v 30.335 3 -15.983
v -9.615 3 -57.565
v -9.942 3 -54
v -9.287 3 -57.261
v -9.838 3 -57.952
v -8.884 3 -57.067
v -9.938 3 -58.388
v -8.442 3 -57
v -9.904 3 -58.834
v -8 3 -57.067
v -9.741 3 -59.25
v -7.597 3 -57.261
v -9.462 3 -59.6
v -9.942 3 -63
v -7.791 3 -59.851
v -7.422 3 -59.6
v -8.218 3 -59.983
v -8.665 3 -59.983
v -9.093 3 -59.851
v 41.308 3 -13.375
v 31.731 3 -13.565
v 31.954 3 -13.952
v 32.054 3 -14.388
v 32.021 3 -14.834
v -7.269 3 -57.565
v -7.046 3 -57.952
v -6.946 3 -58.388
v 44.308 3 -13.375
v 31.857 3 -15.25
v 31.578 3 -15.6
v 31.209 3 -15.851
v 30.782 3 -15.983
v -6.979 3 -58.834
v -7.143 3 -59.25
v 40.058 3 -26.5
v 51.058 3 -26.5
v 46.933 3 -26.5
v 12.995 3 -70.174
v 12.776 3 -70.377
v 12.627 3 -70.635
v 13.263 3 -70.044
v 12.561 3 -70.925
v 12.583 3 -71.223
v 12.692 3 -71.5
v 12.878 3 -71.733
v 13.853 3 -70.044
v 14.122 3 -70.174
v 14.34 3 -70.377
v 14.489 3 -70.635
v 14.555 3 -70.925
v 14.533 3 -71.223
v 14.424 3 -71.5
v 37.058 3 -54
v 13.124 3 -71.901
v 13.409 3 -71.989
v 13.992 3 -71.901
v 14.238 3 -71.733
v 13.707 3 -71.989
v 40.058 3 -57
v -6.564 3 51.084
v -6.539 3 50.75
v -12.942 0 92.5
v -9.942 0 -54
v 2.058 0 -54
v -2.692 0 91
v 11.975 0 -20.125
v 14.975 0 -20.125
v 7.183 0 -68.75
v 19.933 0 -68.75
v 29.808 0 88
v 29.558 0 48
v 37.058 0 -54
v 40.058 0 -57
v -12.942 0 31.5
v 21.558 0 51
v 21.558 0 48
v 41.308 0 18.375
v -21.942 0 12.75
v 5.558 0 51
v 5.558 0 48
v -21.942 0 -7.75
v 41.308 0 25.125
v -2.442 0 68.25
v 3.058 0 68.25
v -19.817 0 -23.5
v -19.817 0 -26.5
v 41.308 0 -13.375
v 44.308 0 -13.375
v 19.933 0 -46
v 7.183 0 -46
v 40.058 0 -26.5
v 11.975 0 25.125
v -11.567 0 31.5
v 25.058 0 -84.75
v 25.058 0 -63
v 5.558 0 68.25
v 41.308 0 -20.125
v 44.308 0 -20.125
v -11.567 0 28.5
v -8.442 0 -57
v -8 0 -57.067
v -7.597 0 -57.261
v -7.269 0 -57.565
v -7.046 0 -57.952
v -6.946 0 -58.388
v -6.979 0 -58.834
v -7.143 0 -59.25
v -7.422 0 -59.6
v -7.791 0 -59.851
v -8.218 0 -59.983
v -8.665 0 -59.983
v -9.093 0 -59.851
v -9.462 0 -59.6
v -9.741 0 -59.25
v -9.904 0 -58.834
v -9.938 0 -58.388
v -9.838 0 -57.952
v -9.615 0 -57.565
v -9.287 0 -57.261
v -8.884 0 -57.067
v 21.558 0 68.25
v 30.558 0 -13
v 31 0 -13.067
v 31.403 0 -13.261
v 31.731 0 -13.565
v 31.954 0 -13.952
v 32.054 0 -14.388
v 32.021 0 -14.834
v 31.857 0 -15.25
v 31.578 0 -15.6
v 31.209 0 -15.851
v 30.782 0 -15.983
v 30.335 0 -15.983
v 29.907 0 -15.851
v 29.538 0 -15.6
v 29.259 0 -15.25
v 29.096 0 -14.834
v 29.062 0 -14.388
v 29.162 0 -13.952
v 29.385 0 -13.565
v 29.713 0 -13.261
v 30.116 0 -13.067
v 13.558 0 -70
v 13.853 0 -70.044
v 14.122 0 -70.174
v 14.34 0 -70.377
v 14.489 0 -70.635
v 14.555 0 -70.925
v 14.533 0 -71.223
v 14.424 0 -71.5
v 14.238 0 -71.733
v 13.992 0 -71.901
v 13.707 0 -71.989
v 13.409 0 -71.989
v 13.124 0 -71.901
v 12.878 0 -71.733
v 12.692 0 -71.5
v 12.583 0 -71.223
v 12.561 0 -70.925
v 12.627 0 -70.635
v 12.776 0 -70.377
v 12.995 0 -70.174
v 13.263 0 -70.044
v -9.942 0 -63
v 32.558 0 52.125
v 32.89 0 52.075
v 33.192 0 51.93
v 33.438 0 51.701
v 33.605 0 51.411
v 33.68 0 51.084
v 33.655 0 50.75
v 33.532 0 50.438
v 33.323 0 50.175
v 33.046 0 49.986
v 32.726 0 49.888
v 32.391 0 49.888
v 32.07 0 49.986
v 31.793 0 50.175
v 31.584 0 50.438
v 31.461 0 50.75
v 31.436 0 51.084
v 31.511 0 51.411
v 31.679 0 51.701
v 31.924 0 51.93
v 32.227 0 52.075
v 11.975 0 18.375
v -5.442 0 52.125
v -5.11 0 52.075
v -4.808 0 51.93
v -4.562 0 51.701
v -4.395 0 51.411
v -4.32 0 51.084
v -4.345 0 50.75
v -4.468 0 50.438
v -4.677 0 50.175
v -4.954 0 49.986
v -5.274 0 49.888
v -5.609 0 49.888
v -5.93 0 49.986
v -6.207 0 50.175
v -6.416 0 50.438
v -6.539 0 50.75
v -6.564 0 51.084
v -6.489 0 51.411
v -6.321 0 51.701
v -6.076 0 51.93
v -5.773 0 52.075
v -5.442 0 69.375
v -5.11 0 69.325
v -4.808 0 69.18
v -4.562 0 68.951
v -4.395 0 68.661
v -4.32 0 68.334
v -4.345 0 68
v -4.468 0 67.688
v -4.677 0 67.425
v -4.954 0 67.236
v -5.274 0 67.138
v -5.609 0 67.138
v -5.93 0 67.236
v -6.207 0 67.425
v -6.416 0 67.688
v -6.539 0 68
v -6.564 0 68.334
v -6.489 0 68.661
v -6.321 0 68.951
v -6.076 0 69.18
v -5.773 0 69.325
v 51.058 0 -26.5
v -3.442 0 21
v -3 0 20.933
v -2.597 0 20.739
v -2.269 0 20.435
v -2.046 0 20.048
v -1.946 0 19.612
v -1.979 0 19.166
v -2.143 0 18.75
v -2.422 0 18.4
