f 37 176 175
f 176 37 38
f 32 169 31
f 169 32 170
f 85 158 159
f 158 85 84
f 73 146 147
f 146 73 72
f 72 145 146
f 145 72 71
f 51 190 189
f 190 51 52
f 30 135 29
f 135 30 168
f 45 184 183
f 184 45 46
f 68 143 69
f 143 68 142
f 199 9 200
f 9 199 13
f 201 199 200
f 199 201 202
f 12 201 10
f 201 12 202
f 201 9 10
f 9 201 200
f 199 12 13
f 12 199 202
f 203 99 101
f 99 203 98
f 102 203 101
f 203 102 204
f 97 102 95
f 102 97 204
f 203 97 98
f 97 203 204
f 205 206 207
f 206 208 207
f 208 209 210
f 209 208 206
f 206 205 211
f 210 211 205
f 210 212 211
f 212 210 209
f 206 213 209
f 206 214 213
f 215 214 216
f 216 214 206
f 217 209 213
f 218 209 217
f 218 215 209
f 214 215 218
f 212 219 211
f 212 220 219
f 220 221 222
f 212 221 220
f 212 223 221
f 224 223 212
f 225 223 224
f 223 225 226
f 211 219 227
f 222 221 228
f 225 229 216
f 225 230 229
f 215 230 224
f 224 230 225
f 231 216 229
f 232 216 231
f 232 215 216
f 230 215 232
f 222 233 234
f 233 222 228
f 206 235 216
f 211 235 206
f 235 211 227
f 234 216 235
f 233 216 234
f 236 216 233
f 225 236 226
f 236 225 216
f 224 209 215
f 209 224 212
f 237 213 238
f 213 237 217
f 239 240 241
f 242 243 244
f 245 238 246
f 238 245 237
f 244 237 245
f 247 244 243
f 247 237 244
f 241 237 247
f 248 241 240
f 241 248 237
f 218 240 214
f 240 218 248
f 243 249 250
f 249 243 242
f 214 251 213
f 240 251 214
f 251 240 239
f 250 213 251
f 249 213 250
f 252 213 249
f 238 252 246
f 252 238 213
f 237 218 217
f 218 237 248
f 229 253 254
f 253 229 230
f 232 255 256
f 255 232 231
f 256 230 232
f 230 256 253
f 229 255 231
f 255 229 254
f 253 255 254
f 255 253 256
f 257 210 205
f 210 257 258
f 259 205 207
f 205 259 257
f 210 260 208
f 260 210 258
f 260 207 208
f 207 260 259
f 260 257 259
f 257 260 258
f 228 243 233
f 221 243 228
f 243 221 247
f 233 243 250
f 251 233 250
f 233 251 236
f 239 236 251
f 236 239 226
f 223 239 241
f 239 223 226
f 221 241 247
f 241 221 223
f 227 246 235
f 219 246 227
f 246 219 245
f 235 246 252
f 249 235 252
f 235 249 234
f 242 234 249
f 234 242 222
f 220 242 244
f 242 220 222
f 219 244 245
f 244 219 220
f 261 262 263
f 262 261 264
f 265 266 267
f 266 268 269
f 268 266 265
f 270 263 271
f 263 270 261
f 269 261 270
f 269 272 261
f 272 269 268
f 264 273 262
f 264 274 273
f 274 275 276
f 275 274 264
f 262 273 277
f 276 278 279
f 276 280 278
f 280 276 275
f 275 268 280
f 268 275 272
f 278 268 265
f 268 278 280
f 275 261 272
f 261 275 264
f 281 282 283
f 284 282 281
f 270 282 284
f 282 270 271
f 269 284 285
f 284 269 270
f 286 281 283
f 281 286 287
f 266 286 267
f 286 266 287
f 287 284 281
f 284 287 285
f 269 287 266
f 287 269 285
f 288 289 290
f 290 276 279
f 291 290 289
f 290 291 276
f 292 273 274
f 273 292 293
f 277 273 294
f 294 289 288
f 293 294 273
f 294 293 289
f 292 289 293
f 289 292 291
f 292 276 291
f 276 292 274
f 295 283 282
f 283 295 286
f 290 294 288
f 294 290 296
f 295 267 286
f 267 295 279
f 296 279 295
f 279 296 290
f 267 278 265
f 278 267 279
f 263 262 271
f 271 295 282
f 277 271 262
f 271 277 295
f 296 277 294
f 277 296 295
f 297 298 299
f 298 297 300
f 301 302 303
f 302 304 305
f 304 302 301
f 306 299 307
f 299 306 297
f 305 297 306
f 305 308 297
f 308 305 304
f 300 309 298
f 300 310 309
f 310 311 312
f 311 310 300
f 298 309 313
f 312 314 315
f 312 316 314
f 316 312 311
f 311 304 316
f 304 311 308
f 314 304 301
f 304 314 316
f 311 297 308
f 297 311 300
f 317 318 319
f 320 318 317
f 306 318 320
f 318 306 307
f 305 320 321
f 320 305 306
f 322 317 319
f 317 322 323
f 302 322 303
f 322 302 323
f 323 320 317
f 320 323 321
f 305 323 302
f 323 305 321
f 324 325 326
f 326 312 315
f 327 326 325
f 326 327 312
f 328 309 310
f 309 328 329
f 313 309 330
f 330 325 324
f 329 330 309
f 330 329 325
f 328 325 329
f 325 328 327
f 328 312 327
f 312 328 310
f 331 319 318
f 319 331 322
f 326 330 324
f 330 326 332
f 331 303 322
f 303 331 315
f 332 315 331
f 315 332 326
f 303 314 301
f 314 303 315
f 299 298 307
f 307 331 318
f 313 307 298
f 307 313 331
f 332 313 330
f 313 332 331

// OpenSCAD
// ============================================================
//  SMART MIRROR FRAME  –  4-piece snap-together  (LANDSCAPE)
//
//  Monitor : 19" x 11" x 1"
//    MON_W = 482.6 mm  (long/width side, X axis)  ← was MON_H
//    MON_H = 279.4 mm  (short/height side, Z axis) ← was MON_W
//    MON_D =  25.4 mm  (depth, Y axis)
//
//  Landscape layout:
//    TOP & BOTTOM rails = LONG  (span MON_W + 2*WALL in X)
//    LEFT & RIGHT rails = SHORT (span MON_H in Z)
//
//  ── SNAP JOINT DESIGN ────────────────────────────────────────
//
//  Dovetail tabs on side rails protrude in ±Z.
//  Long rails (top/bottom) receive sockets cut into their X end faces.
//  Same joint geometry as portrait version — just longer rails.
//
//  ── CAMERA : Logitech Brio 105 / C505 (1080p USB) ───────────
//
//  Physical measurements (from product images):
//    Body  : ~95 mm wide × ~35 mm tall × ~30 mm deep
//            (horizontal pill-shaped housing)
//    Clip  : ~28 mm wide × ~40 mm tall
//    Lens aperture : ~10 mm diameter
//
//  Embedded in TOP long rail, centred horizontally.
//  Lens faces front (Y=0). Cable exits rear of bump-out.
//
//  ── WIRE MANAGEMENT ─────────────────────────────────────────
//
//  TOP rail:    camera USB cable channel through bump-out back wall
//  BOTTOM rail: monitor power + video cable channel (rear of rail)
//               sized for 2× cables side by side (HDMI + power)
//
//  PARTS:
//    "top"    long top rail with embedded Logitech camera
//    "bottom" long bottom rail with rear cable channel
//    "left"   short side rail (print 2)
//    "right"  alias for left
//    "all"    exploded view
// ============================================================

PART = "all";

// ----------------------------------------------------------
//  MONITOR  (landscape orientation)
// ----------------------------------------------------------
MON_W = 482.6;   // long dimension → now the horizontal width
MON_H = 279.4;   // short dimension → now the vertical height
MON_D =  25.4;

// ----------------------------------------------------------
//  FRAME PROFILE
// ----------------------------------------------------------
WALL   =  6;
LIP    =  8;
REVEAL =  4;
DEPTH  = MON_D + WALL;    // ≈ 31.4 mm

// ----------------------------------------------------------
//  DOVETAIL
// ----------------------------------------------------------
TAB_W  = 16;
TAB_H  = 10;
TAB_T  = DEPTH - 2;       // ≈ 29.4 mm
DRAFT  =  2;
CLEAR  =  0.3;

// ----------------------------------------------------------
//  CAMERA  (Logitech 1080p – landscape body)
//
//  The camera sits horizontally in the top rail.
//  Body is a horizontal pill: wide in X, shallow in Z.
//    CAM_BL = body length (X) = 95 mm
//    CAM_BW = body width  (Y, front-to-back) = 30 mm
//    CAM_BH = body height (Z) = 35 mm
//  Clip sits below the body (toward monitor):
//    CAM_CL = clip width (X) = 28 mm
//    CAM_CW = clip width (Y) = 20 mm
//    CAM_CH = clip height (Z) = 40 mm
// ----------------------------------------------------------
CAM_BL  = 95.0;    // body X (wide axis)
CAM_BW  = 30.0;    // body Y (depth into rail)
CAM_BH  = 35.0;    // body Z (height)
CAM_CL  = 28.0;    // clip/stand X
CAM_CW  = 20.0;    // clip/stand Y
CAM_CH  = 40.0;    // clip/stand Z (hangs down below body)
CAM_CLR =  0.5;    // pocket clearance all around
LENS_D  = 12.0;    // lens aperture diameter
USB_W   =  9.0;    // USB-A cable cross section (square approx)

■ Instructions for the task:
Copy the lines of the data above exactly as written, beginning with the line containing "v -12.942 0 92.5" and ending with the line containing "v -6.979 0 -58.834", and leave out all other lines.

■ Task solution:
v -12.942 0 92.5
v -9.942 0 -54
v 2.058 0 -54
v -2.692 0 91
v 11.975 0 -20.125
v 14.975 0 -20.125
v 7.183 0 -68.75
v 19.933 0 -68.75
v 29.808 0 88
v 29.558 0 48
v 37.058 0 -54
v 40.058 0 -57
v -12.942 0 31.5
v 21.558 0 51
v 21.558 0 48
v 41.308 0 18.375
v -21.942 0 12.75
v 5.558 0 51
v 5.558 0 48
v -21.942 0 -7.75
v 41.308 0 25.125
v -2.442 0 68.25
v 3.058 0 68.25
v -19.817 0 -23.5
v -19.817 0 -26.5
v 41.308 0 -13.375
v 44.308 0 -13.375
v 19.933 0 -46
v 7.183 0 -46
v 40.058 0 -26.5
v 11.975 0 25.125
v -11.567 0 31.5
v 25.058 0 -84.75
v 25.058 0 -63
v 5.558 0 68.25
v 41.308 0 -20.125
v 44.308 0 -20.125
v -11.567 0 28.5
v -8.442 0 -57
v -8 0 -57.067
v -7.597 0 -57.261
v -7.269 0 -57.565
v -7.046 0 -57.952
v -6.946 0 -58.388
v -6.979 0 -58.834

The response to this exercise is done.